The answer is to be an exact copy of the lines below running from the line with "#48=VECTOR('',#28,1.);" down to the line with "#60=CLOSED_SHELL('',(#36,#46,#59));", both ends included, and nothing more.

○ ○ ○ ○ ○ ○ ○

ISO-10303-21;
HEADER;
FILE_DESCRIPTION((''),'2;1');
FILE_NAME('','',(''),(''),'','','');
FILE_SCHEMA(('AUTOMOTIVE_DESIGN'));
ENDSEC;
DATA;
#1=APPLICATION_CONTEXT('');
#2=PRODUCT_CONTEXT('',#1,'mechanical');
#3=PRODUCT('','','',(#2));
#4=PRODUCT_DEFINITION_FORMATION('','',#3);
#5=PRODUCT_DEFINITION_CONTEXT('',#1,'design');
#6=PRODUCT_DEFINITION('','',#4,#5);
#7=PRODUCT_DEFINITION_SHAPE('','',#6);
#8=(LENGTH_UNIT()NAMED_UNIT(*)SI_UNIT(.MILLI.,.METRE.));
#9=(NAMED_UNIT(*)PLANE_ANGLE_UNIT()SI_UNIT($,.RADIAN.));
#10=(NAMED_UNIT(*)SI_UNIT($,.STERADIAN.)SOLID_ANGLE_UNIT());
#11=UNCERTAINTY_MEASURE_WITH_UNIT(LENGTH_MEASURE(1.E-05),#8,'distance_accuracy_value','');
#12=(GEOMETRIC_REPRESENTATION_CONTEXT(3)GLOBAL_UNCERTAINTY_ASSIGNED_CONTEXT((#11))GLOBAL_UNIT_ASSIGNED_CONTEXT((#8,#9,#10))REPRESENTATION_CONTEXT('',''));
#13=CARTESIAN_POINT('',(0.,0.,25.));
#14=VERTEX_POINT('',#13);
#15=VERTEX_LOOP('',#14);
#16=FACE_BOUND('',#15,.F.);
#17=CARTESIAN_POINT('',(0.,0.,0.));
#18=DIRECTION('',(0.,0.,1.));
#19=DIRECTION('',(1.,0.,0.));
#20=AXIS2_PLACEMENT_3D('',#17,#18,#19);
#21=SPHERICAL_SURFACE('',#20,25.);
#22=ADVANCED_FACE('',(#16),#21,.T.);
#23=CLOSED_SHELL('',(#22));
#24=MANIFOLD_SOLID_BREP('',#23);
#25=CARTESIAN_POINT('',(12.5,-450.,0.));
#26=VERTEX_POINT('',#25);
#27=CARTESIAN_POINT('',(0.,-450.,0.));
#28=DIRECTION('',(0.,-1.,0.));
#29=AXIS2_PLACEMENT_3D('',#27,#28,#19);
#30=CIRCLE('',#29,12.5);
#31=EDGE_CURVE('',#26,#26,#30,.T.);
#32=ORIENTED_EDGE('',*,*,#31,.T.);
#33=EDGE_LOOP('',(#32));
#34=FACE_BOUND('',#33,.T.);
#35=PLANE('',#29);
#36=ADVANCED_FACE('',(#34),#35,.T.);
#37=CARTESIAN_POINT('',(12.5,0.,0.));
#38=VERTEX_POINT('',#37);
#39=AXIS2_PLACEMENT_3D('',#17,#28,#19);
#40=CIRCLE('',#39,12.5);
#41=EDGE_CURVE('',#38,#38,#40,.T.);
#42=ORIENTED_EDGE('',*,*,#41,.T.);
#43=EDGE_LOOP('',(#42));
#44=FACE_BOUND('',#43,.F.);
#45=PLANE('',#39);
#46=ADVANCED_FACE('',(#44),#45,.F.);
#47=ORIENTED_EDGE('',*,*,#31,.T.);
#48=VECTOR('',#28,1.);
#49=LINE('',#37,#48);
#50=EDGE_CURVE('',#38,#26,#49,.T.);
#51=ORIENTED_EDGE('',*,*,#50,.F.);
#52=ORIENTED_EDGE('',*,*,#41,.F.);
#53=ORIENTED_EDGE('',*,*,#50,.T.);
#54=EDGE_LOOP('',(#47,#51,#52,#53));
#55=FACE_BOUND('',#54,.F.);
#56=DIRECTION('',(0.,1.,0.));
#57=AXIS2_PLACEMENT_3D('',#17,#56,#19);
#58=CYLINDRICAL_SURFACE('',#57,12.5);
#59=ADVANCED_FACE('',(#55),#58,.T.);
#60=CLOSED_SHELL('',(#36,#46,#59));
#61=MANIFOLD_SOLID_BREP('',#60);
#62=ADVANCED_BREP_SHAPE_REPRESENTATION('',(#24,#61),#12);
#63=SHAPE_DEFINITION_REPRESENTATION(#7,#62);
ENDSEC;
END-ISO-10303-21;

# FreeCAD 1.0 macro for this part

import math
import FreeCAD as App
import Part
import Sketcher

V = App.Vector
Q = App.Units.Quantity

doc = App.newDocument("Part")
body = doc.addObject("PartDesign::Body", "Body")

sketch1 = body.newObject("Sketcher::SketchObject", "Sketch")
sketch1.AttachmentSupport = (doc.getObject("XZ_Plane"), [""])
sketch1.MapMode = "FlatFace"
sketch1.addGeometry(Part.LineSegment(V(0, 25, 0), V(0, -25, 0)), False)
sketch1.addGeometry(Part.ArcOfCircle(Part.Circle(V(0, 0, 0), V(0, 0, 1), 25), math.radians(-90), math.radians(90)), False)
sketch1.addConstraint(Sketcher.Constraint("Coincident", 0, 1, 1, 2))
sketch1.addConstraint(Sketcher.Constraint("Coincident", 1, 1, 0, 2))
sketch1.addConstraint(Sketcher.Constraint("Vertical", 0))
sketch1.addConstraint(Sketcher.Constraint("Coincident", 1, 3, -1, 1))
sketch1.addConstraint(Sketcher.Constraint("PointOnObject", 0, 1, -2))
sketch1.addConstraint(Sketcher.Constraint("Radius", 1, Q("25 mm")))
revolution = body.newObject("PartDesign::Revolution", "Revolution")
revolution.Profile = sketch1
revolution.ReferenceAxis = (sketch1, ["V_Axis"])
revolution.Angle = 360
body2 = doc.addObject("PartDesign::Body", "Body001")

sketch2 = body2.newObject("Sketcher::SketchObject", "Sketch001")
sketch2.AttachmentSupport = (doc.getObject("XZ_Plane001"), [""])
sketch2.MapMode = "FlatFace"
sketch2.addGeometry(Part.Circle(V(0, 0, 0), V(0, 0, 1), 12.5), False)
sketch2.addConstraint(Sketcher.Constraint("Coincident", 0, 3, -1, 1))
sketch2.addConstraint(Sketcher.Constraint("Diameter", 0, Q("25 mm")))
pad1 = body2.newObject("PartDesign::Pad", "Pad")
pad1.Profile = sketch2
pad1.Length = 450

doc.recompute()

○ ○ ○ ○ ○ ○ ○

_FINISHED TASK_.
#48=VECTOR('',#28,1.);
#49=LINE('',#37,#48);
#50=EDGE_CURVE('',#38,#26,#49,.T.);
#51=ORIENTED_EDGE('',*,*,#50,.F.);
#52=ORIENTED_EDGE('',*,*,#41,.F.);
#53=ORIENTED_EDGE('',*,*,#50,.T.);
#54=EDGE_LOOP('',(#47,#51,#52,#53));
#55=FACE_BOUND('',#54,.F.);
#56=DIRECTION('',(0.,1.,0.));
#57=AXIS2_PLACEMENT_3D('',#17,#56,#19);
#58=CYLINDRICAL_SURFACE('',#57,12.5);
#59=ADVANCED_FACE('',(#55),#58,.T.);
#60=CLOSED_SHELL('',(#36,#46,#59));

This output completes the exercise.